Two Tax Deadbeat Rappers

By Teresa Ambord

Flavor Flav - Good Fried Chicken No Substitute for Business Sense

Rapper Flavor Flav, a member of "Public Enemy," may be feeling like just that - a public enemy - as his troubles continue to mount. On income dating back to 2004-2006, he owes a total of nearly a million dollars. 

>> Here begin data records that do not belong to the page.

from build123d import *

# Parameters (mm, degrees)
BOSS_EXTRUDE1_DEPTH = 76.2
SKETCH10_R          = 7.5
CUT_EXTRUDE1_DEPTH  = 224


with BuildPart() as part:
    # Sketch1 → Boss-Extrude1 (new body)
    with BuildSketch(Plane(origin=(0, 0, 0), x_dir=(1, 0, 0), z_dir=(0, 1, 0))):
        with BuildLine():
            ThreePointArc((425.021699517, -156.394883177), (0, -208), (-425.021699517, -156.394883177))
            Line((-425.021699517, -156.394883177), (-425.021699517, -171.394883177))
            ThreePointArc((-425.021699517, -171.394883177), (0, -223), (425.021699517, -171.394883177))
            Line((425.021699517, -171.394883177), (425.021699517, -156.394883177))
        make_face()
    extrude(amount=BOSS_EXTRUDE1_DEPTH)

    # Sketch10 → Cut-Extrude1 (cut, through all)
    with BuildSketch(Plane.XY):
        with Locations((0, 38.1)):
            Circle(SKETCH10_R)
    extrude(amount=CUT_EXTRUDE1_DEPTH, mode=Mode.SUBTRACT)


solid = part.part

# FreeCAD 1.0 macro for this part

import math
import FreeCAD as App
import Part
import Sketcher
Q = App.Units.Quantity

doc = App.newDocument("Part")
params = doc.addObject("Spreadsheet::Sheet", "Params")
for row, (alias, value) in enumerate([
    ("sketch1_height", "15 mm"),
    ("pad1_length", "76.2 mm"),
    ("sketch2_diameter", "15 mm"),
], start=1):
    params.set(f"A{row}", alias)
    params.set(f"B{row}", "=" + value)
    params.setAlias(f"B{row}", alias)

body = doc.addObject("PartDesign::Body", "Body")

# Sketch on XZ plane
sketch1 = body.newObject("Sketcher::SketchObject", "Sketch")
sketch1.AttachmentSupport = (doc.getObject("XZ_Plane"), [""])
sketch1.MapMode = "FlatFace"
sketch1.addGeometry(Part.ArcOfCircle(Part.Circle(App.Vector(0, -1568, 0), App.Vector(0, 0, 1), 1776), math.radians(76), math.radians(104)), False)
sketch1.addGeometry(Part.LineSegment(App.Vector(-425, 156, 0), App.Vector(-425, 171, 0)), False)
sketch1.addGeometry(Part.ArcOfCircle(Part.Circle(App.Vector(0, -1553, 0), App.Vector(0, 0, 1), 1776), math.radians(76), math.radians(104)), False)
sketch1.addGeometry(Part.LineSegment(App.Vector(425, 171, 0), App.Vector(425, 156, 0)), False)
sketch1.addConstraint(Sketcher.Constraint("Coincident", 0, 2, 1, 1))
sketch1.addConstraint(Sketcher.Constraint("Coincident", 1, 2, 2, 2))
sketch1.addConstraint(Sketcher.Constraint("Coincident", 2, 1, 3, 1))
sketch1.addConstraint(Sketcher.Constraint("Coincident", 3, 2, 0, 1))
sketch1.addConstraint(Sketcher.Constraint("Vertical", 1))
sketch1.addConstraint(Sketcher.Constraint("Vertical", 3))
sketch1.addConstraint(Sketcher.Constraint("Equal", 0, 2))
sketch1.addConstraint(Sketcher.Constraint("PointOnObject", 0, 3, -2))
sketch1.addConstraint(Sketcher.Constraint("PointOnObject", 2, 3, -2))
sketch1.addConstraint(Sketcher.Constraint("DistanceY", 1, 1, 1, 2, Q("15 mm")))
sketch1.addConstraint(Sketcher.Constraint("DistanceY", 3, 2, 1, 2, Q("15 mm")))
sketch1.addConstraint(Sketcher.Constraint("Radius", 0, Q("1776.049977 mm")))
sketch1.addConstraint(Sketcher.Constraint("DistanceX", 1, 2, -1, 1, Q("425.0217 mm")))
sketch1.addConstraint(Sketcher.Constraint("DistanceY", 0, 3, -1, 1, Q("1568.049977 mm")))
sketch1.setExpression("Constraints[9]", "Params.sketch1_height")
pad1 = body.newObject("PartDesign::Pad", "Pad")
pad1.Profile = sketch1
pad1.setExpression("Length", "Params.pad1_length")
pad1.Reversed = True

# Sketch on XY plane
sketch2 = body.newObject("Sketcher::SketchObject", "Sketch001")
sketch2.AttachmentSupport = (doc.getObject("XY_Plane"), [""])
sketch2.MapMode = "FlatFace"
sketch2.addGeometry(Part.Circle(App.Vector(0, 38, 0), App.Vector(0, 0, 1), 8), False)
sketch2.addConstraint(Sketcher.Constraint("PointOnObject", 0, 3, -2))
sketch2.addConstraint(Sketcher.Constraint("Diameter", 0, Q("15 mm")))
sketch2.addConstraint(Sketcher.Constraint("DistanceY", -1, 1, 0, 3, Q("38.1 mm")))
sketch2.setExpression("Constraints[1]", "Params.sketch2_diameter")
pocket1 = body.newObject("PartDesign::Pocket", "Pocket")
pocket1.Profile = sketch2
pocket1.Type = "ThroughAll"
pocket1.Reversed = True

doc.recompute()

The fifty-three-year-old, whose real name is William Jonathan Drayton Jr., appeared in three reality TV shows - The Surreal Life, Strange Love, and Flavor of Love - which coincide with the years for which he has delinquent tax debt. Here's how it breaks down:
  • 2004 didn't look good, with a federal tax debt of $52,243;
  • 2005 grew worse, adding $303,036; and
  • In 2006, he topped off his debit with another $550,971.
 
Put that all together and Drayton owes a total of $906,250. That's bad enough, but Uncle Sam isn't Drayton's only problem. The New York Daily News reported that he narrowly escaped 180 days in jail for failing to pay the mother of three of his seven children support of more than $111,186. Rather than do jail time, Drayton was allowed to make a down payment of $25,000 for the debt and chip away at the rest by adding an extra $1,200 to his regular monthly payments.
 
But wait . . . there's more on Drayton's plate. Last year he partnered with Nick Cimino to open Flav's Fried Chicken in Clinton, Iowa, in the hope of transitioning into a franchise operation. He learned the hard way that it takes more than a good chicken recipe and a famous name to make a business succeed. The partners made bad decisions, bounced checks, and argued nonstop. Four short months after opening their doors, they closed them again. 
 
Drayton may be down, but he's not out. This year, he's trying again, with a rib joint in Sterling Heights, Michigan, called Flavor Flav's Chicken & Ribs. 
 
Bubba Sparxxx - A Hefty Tax Lien, a New Lease on Life
 
Southern rapper Bubba Sparxxx from Athens, Georgia, is using his unpaid tax debt to turn over a new leaf. Sparxxx, whose real name is Warren Anderson Mathis, owes his home state more than $29,000. That's no chump change, but Mathis told reporters that's nothing, since he owes the fed ten times that amount. 
 
Currently, Georgia is garnishing his wages to collect his state debt. Instead of bemoaning his fate or blaming his accountant like so many celebrities in tax trouble do, Mathis said he's learned something. He's changing his deadbeat tax ways and taking care of business. When TMZ reporters asked how he let it get so bad, he was honest. "I was having a good time and just wasn't attentive to a lot of issues. My main issue was Mr. Tax Man, which I neglected because of doing things I had no business doing."
 
But now he's turning over a new leaf and getting on track with his tax responsibilities. "This past year, I have now changed all of that. I have stopped partying and hanging out . . . I got a tax lawyer and a business accountant to get my tax situation handled."
 
Mathis has a new album and he hopes to net enough from the sales to take care of his tax debt.